What is expected: Work out the count of lines in the material where the string "amount" shows up, and reply with it alone.

***** Extracted data *****

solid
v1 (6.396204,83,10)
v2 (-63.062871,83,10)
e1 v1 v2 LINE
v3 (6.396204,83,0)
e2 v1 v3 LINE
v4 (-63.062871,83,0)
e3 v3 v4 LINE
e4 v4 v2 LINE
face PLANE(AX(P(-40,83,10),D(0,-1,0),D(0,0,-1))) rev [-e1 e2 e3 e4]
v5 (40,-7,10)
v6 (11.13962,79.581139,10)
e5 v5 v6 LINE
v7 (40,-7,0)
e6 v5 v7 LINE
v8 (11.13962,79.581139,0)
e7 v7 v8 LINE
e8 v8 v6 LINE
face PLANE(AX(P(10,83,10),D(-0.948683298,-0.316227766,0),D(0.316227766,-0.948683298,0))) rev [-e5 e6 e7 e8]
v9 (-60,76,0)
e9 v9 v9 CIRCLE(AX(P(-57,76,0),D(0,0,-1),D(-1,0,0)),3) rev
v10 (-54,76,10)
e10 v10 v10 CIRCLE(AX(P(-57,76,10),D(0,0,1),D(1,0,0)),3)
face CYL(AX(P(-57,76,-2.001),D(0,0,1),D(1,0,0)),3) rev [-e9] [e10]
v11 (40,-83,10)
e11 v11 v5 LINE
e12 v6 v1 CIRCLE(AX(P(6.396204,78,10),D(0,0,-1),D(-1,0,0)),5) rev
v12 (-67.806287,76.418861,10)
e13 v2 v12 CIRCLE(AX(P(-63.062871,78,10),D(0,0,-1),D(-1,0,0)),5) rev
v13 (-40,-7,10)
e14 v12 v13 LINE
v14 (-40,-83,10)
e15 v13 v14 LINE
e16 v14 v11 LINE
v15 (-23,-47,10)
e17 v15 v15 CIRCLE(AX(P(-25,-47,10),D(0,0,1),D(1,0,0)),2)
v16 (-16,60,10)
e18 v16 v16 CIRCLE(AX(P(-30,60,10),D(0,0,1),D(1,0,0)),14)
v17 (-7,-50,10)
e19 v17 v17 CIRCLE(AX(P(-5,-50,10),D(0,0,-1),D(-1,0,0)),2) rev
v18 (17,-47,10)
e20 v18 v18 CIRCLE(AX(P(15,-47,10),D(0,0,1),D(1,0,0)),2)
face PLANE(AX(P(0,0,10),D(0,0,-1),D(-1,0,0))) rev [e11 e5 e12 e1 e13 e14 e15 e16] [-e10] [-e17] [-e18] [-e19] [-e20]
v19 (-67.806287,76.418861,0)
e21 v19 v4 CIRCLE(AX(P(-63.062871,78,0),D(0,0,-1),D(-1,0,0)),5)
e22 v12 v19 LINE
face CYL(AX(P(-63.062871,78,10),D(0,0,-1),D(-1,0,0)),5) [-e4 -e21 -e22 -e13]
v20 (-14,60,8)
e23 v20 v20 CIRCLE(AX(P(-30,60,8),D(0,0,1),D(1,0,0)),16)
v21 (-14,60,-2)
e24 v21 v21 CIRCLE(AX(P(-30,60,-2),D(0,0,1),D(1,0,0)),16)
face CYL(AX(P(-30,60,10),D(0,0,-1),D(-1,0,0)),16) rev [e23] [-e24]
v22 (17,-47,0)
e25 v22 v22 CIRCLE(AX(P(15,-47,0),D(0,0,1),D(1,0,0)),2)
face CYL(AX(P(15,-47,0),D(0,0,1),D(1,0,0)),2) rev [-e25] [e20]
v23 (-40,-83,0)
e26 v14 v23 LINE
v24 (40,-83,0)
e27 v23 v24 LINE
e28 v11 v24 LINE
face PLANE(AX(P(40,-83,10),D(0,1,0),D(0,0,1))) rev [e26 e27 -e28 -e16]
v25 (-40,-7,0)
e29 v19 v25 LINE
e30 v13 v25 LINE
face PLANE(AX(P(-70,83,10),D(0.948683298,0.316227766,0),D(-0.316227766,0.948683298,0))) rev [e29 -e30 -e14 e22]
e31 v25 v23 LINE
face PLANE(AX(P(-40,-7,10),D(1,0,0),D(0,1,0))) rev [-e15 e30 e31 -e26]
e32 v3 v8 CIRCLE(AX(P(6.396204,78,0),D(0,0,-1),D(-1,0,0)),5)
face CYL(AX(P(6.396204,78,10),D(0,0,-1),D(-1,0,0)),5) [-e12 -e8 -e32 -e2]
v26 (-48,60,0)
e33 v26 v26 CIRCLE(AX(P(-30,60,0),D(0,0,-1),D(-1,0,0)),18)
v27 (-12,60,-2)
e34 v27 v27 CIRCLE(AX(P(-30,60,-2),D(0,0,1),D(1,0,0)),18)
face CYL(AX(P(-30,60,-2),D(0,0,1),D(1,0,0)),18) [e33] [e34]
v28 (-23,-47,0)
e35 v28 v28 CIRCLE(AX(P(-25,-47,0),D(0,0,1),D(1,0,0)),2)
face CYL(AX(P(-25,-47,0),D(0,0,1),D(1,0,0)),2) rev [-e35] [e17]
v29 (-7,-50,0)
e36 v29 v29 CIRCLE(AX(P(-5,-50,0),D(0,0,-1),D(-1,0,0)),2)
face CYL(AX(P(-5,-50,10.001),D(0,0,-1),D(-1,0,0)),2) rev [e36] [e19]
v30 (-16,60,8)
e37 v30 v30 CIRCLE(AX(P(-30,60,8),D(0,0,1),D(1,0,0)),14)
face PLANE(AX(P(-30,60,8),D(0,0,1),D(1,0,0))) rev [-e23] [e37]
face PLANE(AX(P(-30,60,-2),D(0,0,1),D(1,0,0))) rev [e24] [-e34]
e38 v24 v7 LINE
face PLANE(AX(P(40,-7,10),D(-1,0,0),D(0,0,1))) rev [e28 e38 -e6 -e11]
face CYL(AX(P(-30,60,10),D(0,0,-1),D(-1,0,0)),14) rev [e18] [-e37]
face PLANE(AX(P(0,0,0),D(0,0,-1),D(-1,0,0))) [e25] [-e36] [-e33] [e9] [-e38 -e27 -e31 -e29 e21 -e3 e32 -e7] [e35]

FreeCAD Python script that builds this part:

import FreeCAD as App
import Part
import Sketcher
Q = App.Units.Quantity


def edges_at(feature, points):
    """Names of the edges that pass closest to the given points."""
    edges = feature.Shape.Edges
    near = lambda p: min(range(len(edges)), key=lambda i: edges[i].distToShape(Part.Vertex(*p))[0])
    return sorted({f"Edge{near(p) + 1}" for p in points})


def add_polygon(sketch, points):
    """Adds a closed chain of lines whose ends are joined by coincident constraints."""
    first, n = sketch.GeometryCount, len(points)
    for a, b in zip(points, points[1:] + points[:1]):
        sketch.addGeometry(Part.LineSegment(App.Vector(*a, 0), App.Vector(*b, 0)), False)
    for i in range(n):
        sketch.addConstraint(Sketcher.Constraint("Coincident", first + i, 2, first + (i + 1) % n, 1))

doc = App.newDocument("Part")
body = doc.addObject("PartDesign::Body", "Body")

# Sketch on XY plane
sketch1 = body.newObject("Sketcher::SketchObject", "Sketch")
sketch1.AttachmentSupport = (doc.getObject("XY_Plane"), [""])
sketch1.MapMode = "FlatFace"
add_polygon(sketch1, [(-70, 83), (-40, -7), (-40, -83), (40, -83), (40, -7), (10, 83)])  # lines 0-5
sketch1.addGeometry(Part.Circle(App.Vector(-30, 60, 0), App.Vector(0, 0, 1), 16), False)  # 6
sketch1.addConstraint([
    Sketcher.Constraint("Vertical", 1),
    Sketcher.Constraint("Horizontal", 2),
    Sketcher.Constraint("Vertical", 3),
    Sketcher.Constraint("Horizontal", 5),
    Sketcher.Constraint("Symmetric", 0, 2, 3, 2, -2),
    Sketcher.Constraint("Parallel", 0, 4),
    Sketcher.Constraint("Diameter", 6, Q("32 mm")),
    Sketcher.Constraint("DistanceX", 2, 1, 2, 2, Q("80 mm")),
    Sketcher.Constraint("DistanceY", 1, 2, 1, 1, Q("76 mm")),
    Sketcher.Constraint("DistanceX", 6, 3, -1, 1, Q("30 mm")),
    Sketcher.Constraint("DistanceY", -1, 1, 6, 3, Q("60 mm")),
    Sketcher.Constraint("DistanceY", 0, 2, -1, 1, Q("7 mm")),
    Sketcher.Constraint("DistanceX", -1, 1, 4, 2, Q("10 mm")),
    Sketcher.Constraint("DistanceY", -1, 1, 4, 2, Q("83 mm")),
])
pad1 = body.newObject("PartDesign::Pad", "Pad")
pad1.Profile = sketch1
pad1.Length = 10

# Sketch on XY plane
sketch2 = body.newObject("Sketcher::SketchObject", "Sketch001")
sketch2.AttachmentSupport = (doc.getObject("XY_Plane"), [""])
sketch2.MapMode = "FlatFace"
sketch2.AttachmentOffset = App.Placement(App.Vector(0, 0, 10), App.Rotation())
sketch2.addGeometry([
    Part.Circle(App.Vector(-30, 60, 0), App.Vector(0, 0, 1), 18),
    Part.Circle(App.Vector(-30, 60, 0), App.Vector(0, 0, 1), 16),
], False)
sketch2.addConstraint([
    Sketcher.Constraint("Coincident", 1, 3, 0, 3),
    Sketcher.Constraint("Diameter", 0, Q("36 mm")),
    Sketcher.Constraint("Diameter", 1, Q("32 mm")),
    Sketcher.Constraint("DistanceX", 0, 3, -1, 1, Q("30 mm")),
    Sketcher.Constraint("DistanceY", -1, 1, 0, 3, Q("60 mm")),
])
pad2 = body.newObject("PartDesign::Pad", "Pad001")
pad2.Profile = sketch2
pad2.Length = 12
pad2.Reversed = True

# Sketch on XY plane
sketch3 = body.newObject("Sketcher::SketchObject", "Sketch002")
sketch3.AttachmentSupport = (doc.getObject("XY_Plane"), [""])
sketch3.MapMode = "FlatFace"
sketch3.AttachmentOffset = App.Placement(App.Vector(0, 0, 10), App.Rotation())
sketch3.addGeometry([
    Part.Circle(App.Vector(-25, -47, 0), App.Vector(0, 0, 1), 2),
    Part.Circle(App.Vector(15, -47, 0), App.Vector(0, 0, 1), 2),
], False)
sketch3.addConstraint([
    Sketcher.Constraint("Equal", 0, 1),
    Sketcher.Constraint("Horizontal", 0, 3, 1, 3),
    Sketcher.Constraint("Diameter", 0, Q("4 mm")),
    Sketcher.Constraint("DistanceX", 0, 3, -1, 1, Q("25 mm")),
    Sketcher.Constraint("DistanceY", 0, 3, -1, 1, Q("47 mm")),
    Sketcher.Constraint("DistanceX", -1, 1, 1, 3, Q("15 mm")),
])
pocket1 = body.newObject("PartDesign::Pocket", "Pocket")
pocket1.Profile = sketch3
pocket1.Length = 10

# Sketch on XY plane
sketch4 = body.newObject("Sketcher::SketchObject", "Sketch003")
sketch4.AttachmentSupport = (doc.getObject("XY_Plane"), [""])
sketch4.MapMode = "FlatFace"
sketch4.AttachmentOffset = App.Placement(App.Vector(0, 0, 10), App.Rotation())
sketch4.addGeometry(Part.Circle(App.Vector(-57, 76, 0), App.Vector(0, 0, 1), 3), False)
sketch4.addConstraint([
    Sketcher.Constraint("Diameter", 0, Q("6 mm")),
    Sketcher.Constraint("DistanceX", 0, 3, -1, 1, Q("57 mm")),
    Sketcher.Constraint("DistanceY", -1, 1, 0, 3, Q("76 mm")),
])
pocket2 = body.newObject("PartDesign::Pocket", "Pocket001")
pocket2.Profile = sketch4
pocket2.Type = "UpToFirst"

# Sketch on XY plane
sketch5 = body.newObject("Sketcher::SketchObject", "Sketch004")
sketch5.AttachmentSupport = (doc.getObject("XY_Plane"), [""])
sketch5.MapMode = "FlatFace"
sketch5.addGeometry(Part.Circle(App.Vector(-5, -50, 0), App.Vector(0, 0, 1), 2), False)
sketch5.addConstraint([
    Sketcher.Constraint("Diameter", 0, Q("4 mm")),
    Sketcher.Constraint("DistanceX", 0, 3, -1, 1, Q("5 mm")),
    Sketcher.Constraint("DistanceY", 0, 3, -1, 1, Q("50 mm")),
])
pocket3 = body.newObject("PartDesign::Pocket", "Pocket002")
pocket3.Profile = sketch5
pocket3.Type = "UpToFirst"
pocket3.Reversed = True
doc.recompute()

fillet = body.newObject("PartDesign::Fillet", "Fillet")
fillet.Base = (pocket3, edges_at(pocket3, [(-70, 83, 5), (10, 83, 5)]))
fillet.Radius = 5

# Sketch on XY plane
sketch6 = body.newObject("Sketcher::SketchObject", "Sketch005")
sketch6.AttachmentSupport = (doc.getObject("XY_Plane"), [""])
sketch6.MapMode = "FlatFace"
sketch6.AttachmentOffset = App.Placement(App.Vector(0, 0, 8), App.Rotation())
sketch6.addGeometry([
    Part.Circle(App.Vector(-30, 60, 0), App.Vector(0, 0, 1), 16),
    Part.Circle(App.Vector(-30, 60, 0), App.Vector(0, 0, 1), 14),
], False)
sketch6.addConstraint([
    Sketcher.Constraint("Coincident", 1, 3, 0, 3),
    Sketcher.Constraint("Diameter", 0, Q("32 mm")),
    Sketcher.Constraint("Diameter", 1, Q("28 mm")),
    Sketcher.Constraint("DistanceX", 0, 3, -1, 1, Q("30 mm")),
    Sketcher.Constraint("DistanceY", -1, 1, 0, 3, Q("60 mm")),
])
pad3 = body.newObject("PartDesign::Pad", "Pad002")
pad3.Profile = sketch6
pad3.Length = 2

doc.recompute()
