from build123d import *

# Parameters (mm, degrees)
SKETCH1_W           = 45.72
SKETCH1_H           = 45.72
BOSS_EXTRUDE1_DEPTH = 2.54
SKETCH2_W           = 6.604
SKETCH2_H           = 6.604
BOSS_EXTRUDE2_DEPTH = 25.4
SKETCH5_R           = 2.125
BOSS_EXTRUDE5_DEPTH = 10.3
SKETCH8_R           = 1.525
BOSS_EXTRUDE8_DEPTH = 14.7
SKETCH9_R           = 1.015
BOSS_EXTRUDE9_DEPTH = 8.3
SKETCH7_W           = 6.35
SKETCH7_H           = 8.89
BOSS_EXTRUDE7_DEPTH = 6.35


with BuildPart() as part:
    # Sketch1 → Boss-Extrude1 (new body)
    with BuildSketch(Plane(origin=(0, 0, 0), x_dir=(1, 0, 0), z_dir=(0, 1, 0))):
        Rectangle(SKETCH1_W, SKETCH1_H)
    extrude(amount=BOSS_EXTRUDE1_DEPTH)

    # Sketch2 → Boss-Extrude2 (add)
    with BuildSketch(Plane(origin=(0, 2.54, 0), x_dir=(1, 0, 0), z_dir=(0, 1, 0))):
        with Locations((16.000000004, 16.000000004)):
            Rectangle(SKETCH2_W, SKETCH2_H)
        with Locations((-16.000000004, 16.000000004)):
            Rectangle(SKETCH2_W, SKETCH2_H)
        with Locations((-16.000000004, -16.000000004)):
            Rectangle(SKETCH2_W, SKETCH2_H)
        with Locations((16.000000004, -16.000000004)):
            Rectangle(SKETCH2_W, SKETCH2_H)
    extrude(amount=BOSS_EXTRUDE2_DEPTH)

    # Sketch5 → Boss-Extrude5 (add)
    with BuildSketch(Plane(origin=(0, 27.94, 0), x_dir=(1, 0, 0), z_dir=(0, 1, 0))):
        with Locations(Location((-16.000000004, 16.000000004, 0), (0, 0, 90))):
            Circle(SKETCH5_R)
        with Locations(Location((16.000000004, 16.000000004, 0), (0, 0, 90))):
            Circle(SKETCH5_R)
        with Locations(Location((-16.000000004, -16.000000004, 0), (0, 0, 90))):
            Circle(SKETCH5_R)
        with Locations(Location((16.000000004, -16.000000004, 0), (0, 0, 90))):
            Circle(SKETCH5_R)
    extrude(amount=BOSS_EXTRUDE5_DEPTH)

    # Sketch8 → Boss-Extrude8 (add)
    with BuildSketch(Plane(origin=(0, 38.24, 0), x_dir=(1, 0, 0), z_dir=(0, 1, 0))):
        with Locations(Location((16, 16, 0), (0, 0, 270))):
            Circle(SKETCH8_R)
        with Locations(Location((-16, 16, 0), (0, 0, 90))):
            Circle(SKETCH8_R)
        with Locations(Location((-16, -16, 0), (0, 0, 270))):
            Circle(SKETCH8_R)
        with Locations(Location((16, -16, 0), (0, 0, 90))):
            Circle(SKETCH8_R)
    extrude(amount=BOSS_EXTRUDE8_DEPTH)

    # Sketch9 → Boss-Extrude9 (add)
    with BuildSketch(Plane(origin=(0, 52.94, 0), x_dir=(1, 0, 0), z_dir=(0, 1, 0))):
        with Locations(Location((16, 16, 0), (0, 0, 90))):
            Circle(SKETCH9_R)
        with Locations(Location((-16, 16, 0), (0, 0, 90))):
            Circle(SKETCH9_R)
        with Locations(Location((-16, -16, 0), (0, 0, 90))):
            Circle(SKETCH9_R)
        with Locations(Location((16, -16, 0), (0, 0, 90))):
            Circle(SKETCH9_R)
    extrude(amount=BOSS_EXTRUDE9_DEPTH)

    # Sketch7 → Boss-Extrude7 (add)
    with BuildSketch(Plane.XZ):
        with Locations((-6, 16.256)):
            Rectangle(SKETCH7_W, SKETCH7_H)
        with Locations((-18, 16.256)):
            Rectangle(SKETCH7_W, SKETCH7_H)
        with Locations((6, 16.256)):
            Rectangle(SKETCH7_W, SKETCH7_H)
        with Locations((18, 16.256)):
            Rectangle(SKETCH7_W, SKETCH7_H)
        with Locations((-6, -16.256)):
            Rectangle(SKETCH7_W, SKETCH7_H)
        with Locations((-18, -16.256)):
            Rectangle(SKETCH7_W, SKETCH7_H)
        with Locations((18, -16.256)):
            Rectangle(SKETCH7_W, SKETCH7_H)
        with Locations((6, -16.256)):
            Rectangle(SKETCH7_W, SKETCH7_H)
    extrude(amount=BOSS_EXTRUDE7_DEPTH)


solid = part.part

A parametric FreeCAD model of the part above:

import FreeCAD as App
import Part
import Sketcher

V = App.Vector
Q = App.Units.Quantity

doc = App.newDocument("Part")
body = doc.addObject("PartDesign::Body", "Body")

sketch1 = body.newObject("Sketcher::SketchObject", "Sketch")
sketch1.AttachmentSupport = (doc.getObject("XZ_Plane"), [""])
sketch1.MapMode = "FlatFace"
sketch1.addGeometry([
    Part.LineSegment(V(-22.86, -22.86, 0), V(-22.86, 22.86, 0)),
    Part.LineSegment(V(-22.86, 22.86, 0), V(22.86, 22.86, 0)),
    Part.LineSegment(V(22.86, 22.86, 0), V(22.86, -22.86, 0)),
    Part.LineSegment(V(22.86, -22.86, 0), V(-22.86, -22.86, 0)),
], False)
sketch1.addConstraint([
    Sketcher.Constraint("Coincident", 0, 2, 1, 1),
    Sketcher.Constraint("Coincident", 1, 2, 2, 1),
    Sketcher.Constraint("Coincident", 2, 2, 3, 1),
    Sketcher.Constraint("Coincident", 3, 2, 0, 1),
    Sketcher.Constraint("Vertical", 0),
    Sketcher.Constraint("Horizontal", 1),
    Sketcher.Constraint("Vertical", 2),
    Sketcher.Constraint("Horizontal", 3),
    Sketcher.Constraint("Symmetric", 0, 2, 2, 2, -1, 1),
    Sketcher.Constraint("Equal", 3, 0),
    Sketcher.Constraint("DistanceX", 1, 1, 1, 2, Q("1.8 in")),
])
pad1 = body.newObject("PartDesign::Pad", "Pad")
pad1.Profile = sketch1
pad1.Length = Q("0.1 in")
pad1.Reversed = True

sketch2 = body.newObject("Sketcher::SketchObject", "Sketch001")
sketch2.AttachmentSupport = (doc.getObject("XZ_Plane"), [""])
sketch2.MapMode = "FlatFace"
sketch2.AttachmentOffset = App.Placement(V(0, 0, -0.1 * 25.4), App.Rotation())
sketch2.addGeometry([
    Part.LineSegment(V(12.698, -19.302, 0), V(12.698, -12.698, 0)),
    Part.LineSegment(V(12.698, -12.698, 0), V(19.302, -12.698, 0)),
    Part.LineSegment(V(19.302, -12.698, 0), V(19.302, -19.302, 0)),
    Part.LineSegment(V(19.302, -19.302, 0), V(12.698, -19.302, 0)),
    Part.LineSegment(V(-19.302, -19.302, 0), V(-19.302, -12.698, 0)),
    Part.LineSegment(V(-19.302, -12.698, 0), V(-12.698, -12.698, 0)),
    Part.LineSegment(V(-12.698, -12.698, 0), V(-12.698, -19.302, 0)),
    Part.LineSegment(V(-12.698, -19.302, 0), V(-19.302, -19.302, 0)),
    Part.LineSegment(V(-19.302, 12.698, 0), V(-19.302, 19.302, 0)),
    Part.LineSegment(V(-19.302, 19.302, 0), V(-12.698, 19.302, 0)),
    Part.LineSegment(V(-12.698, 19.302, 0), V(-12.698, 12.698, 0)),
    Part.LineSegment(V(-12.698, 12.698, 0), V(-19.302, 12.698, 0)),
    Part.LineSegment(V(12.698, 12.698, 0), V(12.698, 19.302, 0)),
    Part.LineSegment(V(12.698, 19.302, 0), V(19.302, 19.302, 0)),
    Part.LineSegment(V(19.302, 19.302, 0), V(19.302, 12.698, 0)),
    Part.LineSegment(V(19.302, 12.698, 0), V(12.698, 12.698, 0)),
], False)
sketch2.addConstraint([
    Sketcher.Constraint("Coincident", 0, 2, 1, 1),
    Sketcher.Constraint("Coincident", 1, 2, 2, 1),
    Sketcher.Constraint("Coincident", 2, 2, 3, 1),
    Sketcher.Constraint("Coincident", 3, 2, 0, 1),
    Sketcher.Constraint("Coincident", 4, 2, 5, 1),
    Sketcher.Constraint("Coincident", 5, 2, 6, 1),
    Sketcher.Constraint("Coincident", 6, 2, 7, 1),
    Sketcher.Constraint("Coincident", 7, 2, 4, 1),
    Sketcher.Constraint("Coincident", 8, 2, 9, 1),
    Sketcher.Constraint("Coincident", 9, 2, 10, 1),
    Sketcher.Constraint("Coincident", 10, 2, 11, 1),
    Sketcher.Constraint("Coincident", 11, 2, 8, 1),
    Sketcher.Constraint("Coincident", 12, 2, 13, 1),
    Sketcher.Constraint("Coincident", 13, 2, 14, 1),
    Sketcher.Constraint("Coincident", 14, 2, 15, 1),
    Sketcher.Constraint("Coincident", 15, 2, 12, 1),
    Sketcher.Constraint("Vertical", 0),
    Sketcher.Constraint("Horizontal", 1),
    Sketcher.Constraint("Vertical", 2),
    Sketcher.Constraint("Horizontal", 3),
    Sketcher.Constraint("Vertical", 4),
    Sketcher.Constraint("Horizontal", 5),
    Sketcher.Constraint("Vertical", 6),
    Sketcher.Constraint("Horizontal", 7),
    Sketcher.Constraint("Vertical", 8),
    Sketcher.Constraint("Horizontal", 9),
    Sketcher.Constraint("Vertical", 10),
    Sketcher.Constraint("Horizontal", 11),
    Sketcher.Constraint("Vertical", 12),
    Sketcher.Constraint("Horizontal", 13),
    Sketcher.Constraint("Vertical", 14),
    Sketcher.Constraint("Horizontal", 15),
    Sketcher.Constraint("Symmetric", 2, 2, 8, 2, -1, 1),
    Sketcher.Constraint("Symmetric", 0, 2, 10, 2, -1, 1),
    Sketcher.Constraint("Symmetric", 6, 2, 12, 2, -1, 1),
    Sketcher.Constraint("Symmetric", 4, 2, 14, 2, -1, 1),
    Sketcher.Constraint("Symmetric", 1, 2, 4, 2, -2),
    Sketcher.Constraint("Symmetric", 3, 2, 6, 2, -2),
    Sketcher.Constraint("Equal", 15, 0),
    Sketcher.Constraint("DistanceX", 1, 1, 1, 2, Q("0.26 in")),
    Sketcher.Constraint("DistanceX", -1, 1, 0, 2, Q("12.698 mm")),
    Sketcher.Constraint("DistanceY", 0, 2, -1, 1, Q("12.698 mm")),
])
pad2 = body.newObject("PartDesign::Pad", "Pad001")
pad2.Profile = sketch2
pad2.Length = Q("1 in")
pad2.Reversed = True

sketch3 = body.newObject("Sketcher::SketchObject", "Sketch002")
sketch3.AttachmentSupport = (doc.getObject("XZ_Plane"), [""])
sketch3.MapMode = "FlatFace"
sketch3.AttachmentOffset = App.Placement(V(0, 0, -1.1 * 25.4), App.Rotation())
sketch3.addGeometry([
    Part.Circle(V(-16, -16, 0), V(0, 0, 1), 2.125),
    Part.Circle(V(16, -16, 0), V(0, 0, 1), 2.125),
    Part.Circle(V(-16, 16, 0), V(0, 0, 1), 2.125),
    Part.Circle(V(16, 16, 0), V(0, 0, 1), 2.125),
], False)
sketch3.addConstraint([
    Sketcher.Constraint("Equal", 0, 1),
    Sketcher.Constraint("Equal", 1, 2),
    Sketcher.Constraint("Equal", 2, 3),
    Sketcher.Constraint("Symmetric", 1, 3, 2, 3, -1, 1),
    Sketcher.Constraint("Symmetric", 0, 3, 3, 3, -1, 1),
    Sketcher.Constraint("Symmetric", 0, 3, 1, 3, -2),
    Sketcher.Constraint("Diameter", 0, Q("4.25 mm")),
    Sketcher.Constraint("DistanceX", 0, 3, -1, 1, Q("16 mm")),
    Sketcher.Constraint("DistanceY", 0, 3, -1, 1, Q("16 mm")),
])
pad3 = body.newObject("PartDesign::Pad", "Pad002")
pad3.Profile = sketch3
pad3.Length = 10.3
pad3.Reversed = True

*****

Result below: 6